### ASSIGNMENT
Using the material below, print the line that contains "e160 v76 v71 LINE", the line that contains "# F0 (on Right) → F1 (new body)", and every line in between, exactly and nothing else.

### DATA LISTING
*** Begin section ***

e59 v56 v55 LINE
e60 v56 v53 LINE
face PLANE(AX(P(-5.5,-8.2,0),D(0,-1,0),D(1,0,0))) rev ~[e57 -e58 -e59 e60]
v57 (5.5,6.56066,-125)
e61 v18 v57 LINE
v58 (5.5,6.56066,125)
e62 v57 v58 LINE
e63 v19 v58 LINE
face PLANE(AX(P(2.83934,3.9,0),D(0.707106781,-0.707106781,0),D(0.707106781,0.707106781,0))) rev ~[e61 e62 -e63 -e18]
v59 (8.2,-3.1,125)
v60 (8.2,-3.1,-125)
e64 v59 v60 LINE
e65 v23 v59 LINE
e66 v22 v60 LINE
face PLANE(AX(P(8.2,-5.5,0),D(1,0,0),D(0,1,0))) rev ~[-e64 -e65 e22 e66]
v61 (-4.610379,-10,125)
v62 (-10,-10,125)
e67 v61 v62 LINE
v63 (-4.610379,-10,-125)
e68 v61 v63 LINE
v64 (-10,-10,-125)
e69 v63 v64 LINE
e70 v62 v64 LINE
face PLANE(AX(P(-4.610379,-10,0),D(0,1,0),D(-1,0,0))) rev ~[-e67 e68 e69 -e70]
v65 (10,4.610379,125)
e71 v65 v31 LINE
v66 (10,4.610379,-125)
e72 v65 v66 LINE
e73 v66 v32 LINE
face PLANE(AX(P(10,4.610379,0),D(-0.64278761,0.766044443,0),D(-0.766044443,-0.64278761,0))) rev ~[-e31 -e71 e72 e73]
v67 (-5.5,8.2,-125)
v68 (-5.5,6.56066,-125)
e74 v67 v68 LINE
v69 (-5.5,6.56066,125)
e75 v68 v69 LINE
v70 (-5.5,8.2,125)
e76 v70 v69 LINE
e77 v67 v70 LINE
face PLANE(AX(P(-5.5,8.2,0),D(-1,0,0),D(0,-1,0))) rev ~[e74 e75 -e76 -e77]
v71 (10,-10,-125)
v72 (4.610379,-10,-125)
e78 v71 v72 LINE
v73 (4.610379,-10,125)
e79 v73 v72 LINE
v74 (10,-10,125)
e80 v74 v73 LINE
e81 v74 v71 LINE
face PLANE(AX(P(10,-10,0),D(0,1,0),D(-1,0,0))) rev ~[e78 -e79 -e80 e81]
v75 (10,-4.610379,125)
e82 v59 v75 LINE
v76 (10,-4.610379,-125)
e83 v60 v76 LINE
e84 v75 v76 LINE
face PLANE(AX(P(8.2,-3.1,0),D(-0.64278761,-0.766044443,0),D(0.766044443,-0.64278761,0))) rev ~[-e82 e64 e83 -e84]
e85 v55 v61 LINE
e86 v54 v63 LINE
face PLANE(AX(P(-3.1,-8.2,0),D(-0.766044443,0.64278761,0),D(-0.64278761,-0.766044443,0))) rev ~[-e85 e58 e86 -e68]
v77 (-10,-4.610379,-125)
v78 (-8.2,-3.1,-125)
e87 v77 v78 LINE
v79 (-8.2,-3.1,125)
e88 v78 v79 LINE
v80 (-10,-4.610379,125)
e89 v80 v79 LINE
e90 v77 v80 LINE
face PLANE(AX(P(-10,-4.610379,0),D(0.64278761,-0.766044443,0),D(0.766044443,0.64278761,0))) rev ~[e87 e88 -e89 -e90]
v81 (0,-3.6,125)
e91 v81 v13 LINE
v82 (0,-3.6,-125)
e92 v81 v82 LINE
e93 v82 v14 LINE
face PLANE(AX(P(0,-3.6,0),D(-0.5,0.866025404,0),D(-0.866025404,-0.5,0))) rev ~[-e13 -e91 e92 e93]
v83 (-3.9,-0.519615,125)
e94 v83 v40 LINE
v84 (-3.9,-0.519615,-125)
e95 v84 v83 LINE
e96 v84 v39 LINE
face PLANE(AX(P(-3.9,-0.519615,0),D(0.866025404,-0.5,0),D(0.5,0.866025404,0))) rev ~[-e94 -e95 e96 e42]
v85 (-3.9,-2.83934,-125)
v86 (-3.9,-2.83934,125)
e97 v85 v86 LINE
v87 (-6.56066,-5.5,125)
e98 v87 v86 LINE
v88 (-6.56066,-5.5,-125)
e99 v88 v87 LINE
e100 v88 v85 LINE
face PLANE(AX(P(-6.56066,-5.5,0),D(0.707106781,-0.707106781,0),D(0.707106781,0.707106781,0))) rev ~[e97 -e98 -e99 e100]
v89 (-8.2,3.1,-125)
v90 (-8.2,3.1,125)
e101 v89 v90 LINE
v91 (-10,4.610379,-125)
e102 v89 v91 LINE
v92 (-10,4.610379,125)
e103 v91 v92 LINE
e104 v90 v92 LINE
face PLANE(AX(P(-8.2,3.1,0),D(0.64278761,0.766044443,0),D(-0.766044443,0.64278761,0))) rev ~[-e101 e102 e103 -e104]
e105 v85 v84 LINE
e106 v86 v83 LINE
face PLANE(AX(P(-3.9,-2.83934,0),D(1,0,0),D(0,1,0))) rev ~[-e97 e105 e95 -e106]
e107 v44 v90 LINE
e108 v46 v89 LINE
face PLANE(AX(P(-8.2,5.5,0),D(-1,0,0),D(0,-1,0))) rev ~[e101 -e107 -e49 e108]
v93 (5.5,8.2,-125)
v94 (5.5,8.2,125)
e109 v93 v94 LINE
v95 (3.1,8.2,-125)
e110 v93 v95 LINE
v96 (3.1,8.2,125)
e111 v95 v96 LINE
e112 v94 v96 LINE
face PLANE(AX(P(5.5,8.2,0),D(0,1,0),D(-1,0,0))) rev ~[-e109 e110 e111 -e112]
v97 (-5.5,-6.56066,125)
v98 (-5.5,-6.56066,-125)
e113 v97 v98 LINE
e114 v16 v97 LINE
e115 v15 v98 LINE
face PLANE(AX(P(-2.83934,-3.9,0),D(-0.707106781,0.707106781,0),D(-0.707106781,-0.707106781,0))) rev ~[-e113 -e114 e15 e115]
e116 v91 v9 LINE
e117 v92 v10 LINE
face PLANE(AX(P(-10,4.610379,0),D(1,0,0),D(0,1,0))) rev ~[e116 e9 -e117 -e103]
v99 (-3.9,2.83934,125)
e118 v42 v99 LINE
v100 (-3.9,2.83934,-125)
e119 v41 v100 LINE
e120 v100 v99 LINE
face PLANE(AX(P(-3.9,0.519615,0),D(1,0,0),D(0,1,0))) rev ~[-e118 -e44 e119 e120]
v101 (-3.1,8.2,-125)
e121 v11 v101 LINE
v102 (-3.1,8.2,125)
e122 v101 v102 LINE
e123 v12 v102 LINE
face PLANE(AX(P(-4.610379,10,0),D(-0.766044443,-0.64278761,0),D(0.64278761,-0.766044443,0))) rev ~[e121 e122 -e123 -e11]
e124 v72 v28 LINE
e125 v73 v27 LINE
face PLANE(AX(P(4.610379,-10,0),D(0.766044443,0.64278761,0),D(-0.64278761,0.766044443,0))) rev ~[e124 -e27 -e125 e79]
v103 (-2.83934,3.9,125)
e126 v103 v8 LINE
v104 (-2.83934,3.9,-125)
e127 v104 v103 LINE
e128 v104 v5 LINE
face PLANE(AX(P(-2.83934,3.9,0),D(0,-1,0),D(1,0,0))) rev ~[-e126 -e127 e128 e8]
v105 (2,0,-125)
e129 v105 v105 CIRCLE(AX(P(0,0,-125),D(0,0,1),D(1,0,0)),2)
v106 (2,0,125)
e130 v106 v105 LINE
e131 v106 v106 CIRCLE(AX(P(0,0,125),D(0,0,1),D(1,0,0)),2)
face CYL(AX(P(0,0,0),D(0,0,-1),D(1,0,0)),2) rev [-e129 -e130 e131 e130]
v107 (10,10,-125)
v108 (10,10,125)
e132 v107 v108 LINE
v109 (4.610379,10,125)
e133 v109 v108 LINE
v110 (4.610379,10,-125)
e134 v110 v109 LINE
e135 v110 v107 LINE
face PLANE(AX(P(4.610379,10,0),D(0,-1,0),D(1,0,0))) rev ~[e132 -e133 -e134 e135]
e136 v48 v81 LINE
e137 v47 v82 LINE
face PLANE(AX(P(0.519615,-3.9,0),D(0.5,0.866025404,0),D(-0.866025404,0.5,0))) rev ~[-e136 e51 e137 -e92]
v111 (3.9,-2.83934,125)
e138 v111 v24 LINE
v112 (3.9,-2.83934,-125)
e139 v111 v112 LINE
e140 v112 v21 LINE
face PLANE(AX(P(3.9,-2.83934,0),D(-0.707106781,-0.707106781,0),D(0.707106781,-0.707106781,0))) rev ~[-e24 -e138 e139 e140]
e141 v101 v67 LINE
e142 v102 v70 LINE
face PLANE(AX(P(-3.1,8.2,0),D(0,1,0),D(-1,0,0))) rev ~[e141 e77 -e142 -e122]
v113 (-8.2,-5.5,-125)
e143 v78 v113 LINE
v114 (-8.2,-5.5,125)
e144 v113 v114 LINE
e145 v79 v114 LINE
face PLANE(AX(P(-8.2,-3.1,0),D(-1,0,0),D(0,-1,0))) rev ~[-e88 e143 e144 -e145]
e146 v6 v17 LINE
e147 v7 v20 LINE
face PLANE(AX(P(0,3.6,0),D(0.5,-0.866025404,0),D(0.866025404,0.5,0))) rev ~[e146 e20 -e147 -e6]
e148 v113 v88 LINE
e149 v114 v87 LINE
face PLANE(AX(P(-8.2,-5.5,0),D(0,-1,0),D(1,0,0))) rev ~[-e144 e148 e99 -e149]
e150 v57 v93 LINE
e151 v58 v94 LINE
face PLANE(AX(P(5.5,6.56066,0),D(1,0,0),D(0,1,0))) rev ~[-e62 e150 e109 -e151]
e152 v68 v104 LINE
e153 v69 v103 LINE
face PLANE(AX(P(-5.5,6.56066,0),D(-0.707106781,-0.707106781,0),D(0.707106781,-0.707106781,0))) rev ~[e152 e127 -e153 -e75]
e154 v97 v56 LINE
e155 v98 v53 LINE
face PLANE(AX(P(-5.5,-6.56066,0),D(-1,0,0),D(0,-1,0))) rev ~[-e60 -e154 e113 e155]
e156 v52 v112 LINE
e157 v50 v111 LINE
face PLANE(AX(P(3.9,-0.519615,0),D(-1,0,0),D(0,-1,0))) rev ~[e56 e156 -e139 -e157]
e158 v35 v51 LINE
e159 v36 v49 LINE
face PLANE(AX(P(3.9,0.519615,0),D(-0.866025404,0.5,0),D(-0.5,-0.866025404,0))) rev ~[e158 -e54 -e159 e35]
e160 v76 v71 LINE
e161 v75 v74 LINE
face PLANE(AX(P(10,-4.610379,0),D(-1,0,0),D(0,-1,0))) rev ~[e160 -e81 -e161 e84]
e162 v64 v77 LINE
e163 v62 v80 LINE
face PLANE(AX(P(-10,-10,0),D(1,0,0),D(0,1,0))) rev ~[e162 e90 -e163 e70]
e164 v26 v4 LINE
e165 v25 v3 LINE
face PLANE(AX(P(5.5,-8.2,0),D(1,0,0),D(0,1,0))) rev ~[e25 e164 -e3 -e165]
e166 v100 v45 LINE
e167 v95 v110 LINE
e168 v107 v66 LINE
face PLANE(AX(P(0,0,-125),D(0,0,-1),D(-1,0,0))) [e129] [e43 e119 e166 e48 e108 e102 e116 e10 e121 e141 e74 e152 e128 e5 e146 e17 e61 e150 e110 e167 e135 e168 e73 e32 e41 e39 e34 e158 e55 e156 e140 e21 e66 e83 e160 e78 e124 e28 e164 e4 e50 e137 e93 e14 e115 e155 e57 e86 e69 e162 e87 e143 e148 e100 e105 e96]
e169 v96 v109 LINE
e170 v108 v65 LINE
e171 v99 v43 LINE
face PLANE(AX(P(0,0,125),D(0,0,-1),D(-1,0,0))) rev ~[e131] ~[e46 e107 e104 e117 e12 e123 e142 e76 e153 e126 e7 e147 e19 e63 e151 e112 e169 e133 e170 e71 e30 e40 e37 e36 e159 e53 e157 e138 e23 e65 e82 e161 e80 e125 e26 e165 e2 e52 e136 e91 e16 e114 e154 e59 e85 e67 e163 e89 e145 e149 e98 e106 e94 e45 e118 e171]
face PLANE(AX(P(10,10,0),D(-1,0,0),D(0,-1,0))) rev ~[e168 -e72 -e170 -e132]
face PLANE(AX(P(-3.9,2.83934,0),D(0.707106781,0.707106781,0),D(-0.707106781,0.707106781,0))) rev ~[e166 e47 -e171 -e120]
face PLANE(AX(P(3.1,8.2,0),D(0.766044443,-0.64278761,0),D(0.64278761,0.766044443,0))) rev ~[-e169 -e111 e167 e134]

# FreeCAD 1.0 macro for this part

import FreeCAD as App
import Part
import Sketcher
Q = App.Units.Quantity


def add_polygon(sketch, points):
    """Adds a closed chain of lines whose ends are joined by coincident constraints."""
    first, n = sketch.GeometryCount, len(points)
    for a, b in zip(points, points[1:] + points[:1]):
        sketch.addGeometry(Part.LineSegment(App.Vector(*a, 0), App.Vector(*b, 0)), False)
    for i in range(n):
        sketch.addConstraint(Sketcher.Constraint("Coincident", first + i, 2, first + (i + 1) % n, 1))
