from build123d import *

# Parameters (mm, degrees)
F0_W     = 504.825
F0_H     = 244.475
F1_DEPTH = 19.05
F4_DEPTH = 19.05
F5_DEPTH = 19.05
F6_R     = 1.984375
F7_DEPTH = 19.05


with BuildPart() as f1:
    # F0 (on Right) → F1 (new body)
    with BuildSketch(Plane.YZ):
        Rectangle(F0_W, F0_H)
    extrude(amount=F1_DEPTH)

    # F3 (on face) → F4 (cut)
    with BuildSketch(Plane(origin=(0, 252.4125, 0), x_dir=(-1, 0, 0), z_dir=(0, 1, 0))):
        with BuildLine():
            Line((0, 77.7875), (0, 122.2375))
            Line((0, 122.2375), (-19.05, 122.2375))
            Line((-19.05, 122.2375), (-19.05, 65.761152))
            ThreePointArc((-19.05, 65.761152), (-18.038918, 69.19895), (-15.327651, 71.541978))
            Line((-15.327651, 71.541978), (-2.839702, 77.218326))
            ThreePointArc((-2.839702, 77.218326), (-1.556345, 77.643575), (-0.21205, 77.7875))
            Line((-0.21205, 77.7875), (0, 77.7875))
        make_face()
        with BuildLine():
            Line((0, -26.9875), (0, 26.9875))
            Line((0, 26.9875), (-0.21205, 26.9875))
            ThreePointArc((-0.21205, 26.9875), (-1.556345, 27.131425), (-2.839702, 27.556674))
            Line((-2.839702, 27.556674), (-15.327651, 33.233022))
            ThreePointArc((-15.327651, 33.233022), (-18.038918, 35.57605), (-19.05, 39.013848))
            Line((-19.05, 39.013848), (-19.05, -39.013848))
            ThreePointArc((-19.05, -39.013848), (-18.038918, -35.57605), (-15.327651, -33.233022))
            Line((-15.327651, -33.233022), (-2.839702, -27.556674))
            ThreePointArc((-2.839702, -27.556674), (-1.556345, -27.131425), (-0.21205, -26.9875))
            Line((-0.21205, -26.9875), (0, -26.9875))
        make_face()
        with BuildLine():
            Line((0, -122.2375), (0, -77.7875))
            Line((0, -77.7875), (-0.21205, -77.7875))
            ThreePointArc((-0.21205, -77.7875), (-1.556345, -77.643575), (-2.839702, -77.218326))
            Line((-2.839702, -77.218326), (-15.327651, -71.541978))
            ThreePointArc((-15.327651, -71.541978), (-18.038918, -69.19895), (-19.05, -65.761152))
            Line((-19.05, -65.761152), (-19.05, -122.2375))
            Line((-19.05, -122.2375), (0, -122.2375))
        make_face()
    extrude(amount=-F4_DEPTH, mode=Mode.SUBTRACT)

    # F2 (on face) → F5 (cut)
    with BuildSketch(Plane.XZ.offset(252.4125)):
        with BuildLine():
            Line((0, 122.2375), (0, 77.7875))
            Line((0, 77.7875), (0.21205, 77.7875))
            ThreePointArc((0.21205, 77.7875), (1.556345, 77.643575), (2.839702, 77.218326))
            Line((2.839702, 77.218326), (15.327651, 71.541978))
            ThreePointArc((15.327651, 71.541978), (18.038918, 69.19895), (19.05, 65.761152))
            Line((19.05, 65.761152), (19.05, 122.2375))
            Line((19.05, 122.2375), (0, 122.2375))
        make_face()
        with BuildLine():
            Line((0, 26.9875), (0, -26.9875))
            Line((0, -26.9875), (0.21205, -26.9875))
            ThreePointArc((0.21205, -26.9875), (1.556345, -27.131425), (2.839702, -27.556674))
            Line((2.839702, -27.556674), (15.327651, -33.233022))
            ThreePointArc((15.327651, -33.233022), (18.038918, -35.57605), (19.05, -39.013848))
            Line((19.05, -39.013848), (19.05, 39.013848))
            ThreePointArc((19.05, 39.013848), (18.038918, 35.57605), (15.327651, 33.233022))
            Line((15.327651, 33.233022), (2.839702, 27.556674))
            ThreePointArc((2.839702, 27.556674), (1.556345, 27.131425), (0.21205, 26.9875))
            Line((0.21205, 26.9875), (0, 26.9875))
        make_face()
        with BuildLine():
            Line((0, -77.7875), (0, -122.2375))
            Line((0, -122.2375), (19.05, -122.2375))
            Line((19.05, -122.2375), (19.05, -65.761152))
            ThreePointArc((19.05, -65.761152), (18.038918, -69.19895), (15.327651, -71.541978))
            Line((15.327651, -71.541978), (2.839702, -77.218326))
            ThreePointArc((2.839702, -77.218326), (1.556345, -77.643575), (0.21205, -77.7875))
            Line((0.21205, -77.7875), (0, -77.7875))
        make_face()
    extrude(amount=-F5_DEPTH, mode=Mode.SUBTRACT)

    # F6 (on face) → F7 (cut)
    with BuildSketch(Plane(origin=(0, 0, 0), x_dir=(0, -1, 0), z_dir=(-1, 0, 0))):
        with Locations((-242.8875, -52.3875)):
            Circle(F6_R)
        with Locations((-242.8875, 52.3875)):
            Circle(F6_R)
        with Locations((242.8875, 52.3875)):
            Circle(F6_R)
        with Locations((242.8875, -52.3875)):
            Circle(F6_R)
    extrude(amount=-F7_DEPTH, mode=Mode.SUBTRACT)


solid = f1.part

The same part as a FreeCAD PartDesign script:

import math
import FreeCAD as App
import Part
import Sketcher
from FreeCAD import Vector
Q = App.Units.Quantity

doc = App.newDocument("Part")
body = doc.addObject("PartDesign::Body", "Body")

# Sketch on YZ plane
sketch1 = doc.addObject("Sketcher::SketchObject", "Sketch")
body.addObject(sketch1)
sketch1.AttachmentSupport = (doc.YZ_Plane, [""])
sketch1.MapMode = "FlatFace"
sketch1.addGeometry(Part.LineSegment(Vector(-252, 122, 0), Vector(-252, -122, 0)), False)
sketch1.addGeometry(Part.LineSegment(Vector(-252, -122, 0), Vector(252, -122, 0)), False)
sketch1.addGeometry(Part.LineSegment(Vector(252, -122, 0), Vector(252, 122, 0)), False)
sketch1.addGeometry(Part.LineSegment(Vector(252, 122, 0), Vector(-252, 122, 0)), False)
sketch1.addConstraint(Sketcher.Constraint("Coincident", 0, 2, 1, 1))
sketch1.addConstraint(Sketcher.Constraint("Coincident", 1, 2, 2, 1))
sketch1.addConstraint(Sketcher.Constraint("Coincident", 2, 2, 3, 1))
sketch1.addConstraint(Sketcher.Constraint("Coincident", 3, 2, 0, 1))
sketch1.addConstraint(Sketcher.Constraint("Vertical", 0))
sketch1.addConstraint(Sketcher.Constraint("Horizontal", 1))
sketch1.addConstraint(Sketcher.Constraint("Vertical", 2))
sketch1.addConstraint(Sketcher.Constraint("Horizontal", 3))
sketch1.addConstraint(Sketcher.Constraint("Symmetric", 0, 2, 2, 2, -1, 1))
sketch1.addConstraint(Sketcher.Constraint("DistanceX", 1, 1, 1, 2, Q("19.875 in")))
sketch1.addConstraint(Sketcher.Constraint("DistanceY", 0, 2, 0, 1, Q("9.625 in")))
pad1 = doc.addObject("PartDesign::Pad", "Pad")
body.addObject(pad1)
pad1.Profile = sketch1
pad1.Length = Q("0.75 in")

*** End section ***

### ANSWER SPACE
e160 v76 v71 LINE
e161 v75 v74 LINE
face PLANE(AX(P(10,-4.610379,0),D(-1,0,0),D(0,-1,0))) rev ~[e160 -e81 -e161 e84]
e162 v64 v77 LINE
e163 v62 v80 LINE
face PLANE(AX(P(-10,-10,0),D(1,0,0),D(0,1,0))) rev ~[e162 e90 -e163 e70]
e164 v26 v4 LINE
e165 v25 v3 LINE
face PLANE(AX(P(5.5,-8.2,0),D(1,0,0),D(0,1,0))) rev ~[e25 e164 -e3 -e165]
e166 v100 v45 LINE
e167 v95 v110 LINE
e168 v107 v66 LINE
face PLANE(AX(P(0,0,-125),D(0,0,-1),D(-1,0,0))) [e129] [e43 e119 e166 e48 e108 e102 e116 e10 e121 e141 e74 e152 e128 e5 e146 e17 e61 e150 e110 e167 e135 e168 e73 e32 e41 e39 e34 e158 e55 e156 e140 e21 e66 e83 e160 e78 e124 e28 e164 e4 e50 e137 e93 e14 e115 e155 e57 e86 e69 e162 e87 e143 e148 e100 e105 e96]
e169 v96 v109 LINE
e170 v108 v65 LINE
e171 v99 v43 LINE
face PLANE(AX(P(0,0,125),D(0,0,-1),D(-1,0,0))) rev ~[e131] ~[e46 e107 e104 e117 e12 e123 e142 e76 e153 e126 e7 e147 e19 e63 e151 e112 e169 e133 e170 e71 e30 e40 e37 e36 e159 e53 e157 e138 e23 e65 e82 e161 e80 e125 e26 e165 e2 e52 e136 e91 e16 e114 e154 e59 e85 e67 e163 e89 e145 e149 e98 e106 e94 e45 e118 e171]
face PLANE(AX(P(10,10,0),D(-1,0,0),D(0,-1,0))) rev ~[e168 -e72 -e170 -e132]
face PLANE(AX(P(-3.9,2.83934,0),D(0.707106781,0.707106781,0),D(-0.707106781,0.707106781,0))) rev ~[e166 e47 -e171 -e120]
face PLANE(AX(P(3.1,8.2,0),D(0.766044443,-0.64278761,0),D(0.64278761,0.766044443,0))) rev ~[-e169 -e111 e167 e134]

# FreeCAD 1.0 macro for this part

import FreeCAD as App
import Part
import Sketcher
Q = App.Units.Quantity


def add_polygon(sketch, points):
    """Adds a closed chain of lines whose ends are joined by coincident constraints."""
    first, n = sketch.GeometryCount, len(points)
    for a, b in zip(points, points[1:] + points[:1]):
        sketch.addGeometry(Part.LineSegment(App.Vector(*a, 0), App.Vector(*b, 0)), False)
    for i in range(n):
        sketch.addConstraint(Sketcher.Constraint("Coincident", first + i, 2, first + (i + 1) % n, 1))
from build123d import *

# Parameters (mm, degrees)
F0_W     = 504.825
F0_H     = 244.475
F1_DEPTH = 19.05
F4_DEPTH = 19.05
F5_DEPTH = 19.05
F6_R     = 1.984375
F7_DEPTH = 19.05


with BuildPart() as f1:
    # F0 (on Right) → F1 (new body)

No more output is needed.